**INPUT DATA**
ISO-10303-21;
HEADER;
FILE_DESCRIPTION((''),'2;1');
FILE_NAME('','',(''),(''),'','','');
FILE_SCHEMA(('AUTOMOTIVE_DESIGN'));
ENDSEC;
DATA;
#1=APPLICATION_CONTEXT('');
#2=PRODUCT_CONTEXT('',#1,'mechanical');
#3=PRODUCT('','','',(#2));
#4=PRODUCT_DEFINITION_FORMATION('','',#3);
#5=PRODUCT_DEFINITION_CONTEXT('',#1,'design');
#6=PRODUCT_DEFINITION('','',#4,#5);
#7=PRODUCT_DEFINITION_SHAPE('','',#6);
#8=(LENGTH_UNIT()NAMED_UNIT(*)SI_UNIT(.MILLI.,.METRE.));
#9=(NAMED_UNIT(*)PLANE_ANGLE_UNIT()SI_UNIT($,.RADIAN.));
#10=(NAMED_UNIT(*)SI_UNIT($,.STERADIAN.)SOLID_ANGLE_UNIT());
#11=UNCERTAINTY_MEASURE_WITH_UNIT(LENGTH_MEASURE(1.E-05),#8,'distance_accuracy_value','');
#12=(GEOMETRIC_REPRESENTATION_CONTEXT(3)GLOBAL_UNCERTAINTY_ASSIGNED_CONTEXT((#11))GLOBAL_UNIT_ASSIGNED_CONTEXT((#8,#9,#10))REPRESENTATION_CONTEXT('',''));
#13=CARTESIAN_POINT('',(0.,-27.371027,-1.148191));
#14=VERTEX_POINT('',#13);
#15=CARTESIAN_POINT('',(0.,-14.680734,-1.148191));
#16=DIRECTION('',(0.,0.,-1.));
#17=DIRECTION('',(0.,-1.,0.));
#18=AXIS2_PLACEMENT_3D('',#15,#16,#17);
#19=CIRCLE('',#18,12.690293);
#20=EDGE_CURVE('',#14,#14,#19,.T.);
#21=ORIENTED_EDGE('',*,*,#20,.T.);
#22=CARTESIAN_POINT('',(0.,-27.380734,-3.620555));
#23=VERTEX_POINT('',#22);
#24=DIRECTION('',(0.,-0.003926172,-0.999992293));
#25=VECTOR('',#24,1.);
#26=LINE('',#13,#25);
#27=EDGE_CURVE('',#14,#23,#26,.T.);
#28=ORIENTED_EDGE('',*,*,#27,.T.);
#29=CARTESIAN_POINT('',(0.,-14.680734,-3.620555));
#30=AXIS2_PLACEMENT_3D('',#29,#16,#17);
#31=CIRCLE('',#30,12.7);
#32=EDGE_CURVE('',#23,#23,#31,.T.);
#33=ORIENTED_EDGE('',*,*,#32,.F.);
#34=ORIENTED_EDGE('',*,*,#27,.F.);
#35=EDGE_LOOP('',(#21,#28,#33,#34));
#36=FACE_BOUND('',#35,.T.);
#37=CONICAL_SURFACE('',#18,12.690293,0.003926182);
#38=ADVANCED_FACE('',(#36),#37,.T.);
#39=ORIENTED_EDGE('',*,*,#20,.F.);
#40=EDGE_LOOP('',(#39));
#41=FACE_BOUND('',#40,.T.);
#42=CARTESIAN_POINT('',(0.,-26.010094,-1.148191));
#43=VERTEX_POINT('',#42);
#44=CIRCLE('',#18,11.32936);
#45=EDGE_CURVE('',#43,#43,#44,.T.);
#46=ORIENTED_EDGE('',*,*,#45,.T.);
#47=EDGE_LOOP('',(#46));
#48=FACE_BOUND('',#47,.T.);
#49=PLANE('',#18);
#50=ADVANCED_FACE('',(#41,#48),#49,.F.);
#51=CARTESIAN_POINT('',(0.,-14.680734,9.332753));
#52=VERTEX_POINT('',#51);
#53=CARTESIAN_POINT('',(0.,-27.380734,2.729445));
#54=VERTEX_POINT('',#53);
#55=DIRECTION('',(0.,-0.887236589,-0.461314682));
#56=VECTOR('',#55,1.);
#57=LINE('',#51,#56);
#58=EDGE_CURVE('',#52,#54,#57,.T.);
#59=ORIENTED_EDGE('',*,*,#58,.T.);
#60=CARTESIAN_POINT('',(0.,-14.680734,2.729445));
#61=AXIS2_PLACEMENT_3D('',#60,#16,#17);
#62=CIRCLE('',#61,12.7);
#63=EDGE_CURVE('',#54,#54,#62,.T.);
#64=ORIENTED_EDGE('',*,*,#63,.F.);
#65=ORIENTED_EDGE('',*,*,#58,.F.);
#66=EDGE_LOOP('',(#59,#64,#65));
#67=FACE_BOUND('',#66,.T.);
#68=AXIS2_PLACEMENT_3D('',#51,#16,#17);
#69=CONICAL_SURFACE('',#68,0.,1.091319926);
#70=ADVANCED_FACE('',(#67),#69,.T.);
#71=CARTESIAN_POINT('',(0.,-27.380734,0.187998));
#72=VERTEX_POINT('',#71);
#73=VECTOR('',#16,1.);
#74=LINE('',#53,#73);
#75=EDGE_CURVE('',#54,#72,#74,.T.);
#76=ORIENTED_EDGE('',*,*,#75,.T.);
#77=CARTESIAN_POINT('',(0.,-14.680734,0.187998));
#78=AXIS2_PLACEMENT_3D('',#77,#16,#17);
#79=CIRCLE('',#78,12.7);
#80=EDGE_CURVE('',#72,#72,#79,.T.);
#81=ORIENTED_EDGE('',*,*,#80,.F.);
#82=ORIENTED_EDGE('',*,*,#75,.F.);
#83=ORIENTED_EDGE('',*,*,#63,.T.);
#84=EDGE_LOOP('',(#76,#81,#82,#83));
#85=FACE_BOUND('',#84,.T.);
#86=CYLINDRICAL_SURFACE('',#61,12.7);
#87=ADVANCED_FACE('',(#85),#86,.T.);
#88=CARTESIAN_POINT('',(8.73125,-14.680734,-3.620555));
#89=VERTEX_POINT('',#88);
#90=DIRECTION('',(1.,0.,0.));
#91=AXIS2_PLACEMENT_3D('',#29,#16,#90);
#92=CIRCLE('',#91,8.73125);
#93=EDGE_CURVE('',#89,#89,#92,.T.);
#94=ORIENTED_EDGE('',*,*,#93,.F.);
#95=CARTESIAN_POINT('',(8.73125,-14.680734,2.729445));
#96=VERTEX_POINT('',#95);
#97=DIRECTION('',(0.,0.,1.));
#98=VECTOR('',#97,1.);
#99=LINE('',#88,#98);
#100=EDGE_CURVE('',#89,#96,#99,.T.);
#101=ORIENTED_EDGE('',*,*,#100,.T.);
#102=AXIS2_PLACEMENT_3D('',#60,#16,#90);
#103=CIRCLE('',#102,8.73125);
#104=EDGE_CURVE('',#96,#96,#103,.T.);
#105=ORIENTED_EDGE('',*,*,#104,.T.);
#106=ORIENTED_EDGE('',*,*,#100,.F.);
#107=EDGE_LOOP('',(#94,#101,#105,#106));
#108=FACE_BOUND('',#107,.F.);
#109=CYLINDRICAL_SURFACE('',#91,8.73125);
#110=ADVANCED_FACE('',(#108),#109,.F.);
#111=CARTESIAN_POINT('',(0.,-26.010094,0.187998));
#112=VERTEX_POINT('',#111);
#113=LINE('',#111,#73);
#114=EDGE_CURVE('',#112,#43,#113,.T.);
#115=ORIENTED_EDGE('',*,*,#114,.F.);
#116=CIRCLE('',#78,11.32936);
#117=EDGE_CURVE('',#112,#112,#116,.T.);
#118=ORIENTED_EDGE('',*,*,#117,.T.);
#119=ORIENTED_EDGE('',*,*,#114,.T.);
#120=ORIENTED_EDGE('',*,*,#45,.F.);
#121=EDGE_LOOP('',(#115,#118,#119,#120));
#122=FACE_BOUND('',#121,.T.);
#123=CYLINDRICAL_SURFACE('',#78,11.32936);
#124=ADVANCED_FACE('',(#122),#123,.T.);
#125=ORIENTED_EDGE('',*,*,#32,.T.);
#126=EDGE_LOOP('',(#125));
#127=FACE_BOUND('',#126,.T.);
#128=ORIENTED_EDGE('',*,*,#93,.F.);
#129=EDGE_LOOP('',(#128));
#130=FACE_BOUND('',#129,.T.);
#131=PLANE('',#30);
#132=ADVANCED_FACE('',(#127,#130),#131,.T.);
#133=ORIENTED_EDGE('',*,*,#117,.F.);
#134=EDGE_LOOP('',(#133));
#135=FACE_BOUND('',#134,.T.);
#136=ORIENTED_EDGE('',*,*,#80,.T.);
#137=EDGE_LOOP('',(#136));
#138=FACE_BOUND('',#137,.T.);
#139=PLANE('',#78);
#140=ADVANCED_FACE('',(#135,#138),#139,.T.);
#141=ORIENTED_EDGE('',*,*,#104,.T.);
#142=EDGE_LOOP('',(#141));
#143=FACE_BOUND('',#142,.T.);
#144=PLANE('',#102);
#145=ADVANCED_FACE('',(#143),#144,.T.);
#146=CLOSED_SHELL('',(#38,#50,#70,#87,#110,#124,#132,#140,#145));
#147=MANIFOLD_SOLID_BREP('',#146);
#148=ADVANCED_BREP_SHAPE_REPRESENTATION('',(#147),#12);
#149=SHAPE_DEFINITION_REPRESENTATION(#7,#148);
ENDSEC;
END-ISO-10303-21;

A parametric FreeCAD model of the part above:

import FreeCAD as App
import Part
import Sketcher

V = App.Vector
Q = App.Units.Quantity


def add_polygon(sketch, points):
    """Adds a closed chain of lines whose ends are joined by coincident constraints."""
    first, n = sketch.GeometryCount, len(points)
    for a, b in zip(points, points[1:] + points[:1]):
        sketch.addGeometry(Part.LineSegment(App.Vector(*a, 0), App.Vector(*b, 0)), False)
    for i in range(n):
        sketch.addConstraint(Sketcher.Constraint("Coincident", first + i, 2, first + (i + 1) % n, 1))

doc = App.newDocument("Part")
params = doc.addObject("Spreadsheet::Sheet", "Params")
for row, (alias, value) in enumerate([
    ("sketch1_width", "0.5 in"),
    ("revolution_angle", "360 deg"),
    ("sketch2_diameter", "0.6875 in"),
    ("pocket1_length", "0.25 in"),
], start=1):
    params.set(f"A{row}", alias)
    params.set(f"B{row}", "=" + value)
    params.setAlias(f"B{row}", alias)

body = doc.addObject("PartDesign::Body", "Body")

# Sketch on YZ plane
sketch1 = doc.addObject("Sketcher::SketchObject", "Sketch")
body.addObject(sketch1)
sketch1.AttachmentSupport = (doc.YZ_Plane, [""])
sketch1.MapMode = "FlatFace"
add_polygon(sketch1, [(-14.680734, 9.332753), (-27.380734, 2.729445), (-27.380734, 0.187998), (-26.010094, 0.187998), (-26.010094, -1.148191), (-27.371027, -1.148191), (-27.380734, -3.620555), (-14.680734, -3.620555)])  # lines 0-7
sketch1.addGeometry(Part.LineSegment(V(-14.680734, 9.332753, 0), V(-14.680734, -3.620555, 0)), True)  # axis
sketch1.addConstraint([
    Sketcher.Constraint("Vertical", 1),
    Sketcher.Constraint("Horizontal", 2),
    Sketcher.Constraint("Vertical", 3),
    Sketcher.Constraint("Horizontal", 4),
    Sketcher.Constraint("Horizontal", 6),
    Sketcher.Constraint("Vertical", 7),
    Sketcher.Constraint("Vertical", 8),
    Sketcher.Constraint("Coincident", 8, 1, 7, 2),
    Sketcher.Constraint("Horizontal", 5, 2, 8, 2),
    Sketcher.Constraint("Vertical", 1, 2, 5, 2),
    Sketcher.Constraint("DistanceX", 6, 1, 6, 2, Q("0.5 in")),
    Sketcher.Constraint("DistanceY", 5, 2, 0, 2, Q("0.25 in")),
    Sketcher.Constraint("DistanceX", 2, 1, 2, 2, Q("1.37064 mm")),
    Sketcher.Constraint("DistanceY", 3, 2, 3, 1, Q("1.336189 mm")),
    Sketcher.Constraint("DistanceX", 4, 2, 4, 1, Q("1.360933 mm")),
    Sketcher.Constraint("DistanceY", 1, 2, 1, 1, Q("2.541447 mm")),
    Sketcher.Constraint("DistanceY", 7, 1, 7, 2, Q("12.953308 mm")),
    Sketcher.Constraint("DistanceY", 3, 2, -1, 1, Q("1.148191 mm")),
    Sketcher.Constraint("DistanceX", 0, 2, -1, 1, Q("27.380734 mm")),
])
sketch1.setExpression("Constraints[18]", "Params.sketch1_width")
revolution = doc.addObject("PartDesign::Revolution", "Revolution")
body.addObject(revolution)
revolution.Profile = sketch1
revolution.ReferenceAxis = (sketch1, ["Axis0"])
revolution.setExpression("Angle", "Params.revolution_angle")

# Sketch on XY plane
sketch2 = doc.addObject("Sketcher::SketchObject", "Sketch001")
body.addObject(sketch2)
sketch2.AttachmentSupport = (doc.XY_Plane, [""])
sketch2.MapMode = "FlatFace"
sketch2.AttachmentOffset = App.Placement(V(0, 0, -3.620555), App.Rotation())
sketch2.addGeometry(Part.Circle(V(0, -14.680734, 0), V(0, 0, 1), 8.73125), False)
sketch2.addConstraint([
    Sketcher.Constraint("PointOnObject", 0, 3, -2),
    Sketcher.Constraint("Diameter", 0, Q("0.6875 in")),
    Sketcher.Constraint("DistanceY", 0, 3, -1, 1, Q("14.680734 mm")),
])
sketch2.setExpression("Constraints[1]", "Params.sketch2_diameter")
pocket1 = doc.addObject("PartDesign::Pocket", "Pocket")
body.addObject(pocket1)
pocket1.Profile = sketch2
pocket1.setExpression("Length", "Params.pocket1_length")
pocket1.Reversed = True

doc.recompute()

**WHAT YOU ARE ASKED TO DO**
Of the entries above, repeat exactly the lines between the line with "#94=ORIENTED_EDGE('',*,*,#93,.F.);" and the line with "#125=ORIENTED_EDGE('',*,*,#32,.T.);", inclusive, and no others.

**OUTPUT OF THE EXERCISE**
#94=ORIENTED_EDGE('',*,*,#93,.F.);
#95=CARTESIAN_POINT('',(8.73125,-14.680734,2.729445));
#96=VERTEX_POINT('',#95);
#97=DIRECTION('',(0.,0.,1.));
#98=VECTOR('',#97,1.);
#99=LINE('',#88,#98);
#100=EDGE_CURVE('',#89,#96,#99,.T.);
#101=ORIENTED_EDGE('',*,*,#100,.T.);
#102=AXIS2_PLACEMENT_3D('',#60,#16,#90);
#103=CIRCLE('',#102,8.73125);
#104=EDGE_CURVE('',#96,#96,#103,.T.);
#105=ORIENTED_EDGE('',*,*,#104,.T.);
#106=ORIENTED_EDGE('',*,*,#100,.F.);
#107=EDGE_LOOP('',(#94,#101,#105,#106));
#108=FACE_BOUND('',#107,.F.);
#109=CYLINDRICAL_SURFACE('',#91,8.73125);
#110=ADVANCED_FACE('',(#108),#109,.F.);
#111=CARTESIAN_POINT('',(0.,-26.010094,0.187998));
#112=VERTEX_POINT('',#111);
#113=LINE('',#111,#73);
#114=EDGE_CURVE('',#112,#43,#113,.T.);
#115=ORIENTED_EDGE('',*,*,#114,.F.);
#116=CIRCLE('',#78,11.32936);
#117=EDGE_CURVE('',#112,#112,#116,.T.);
#118=ORIENTED_EDGE('',*,*,#117,.T.);
#119=ORIENTED_EDGE('',*,*,#114,.T.);
#120=ORIENTED_EDGE('',*,*,#45,.F.);
#121=EDGE_LOOP('',(#115,#118,#119,#120));
#122=FACE_BOUND('',#121,.T.);
#123=CYLINDRICAL_SURFACE('',#78,11.32936);
#124=ADVANCED_FACE('',(#122),#123,.T.);
#125=ORIENTED_EDGE('',*,*,#32,.T.);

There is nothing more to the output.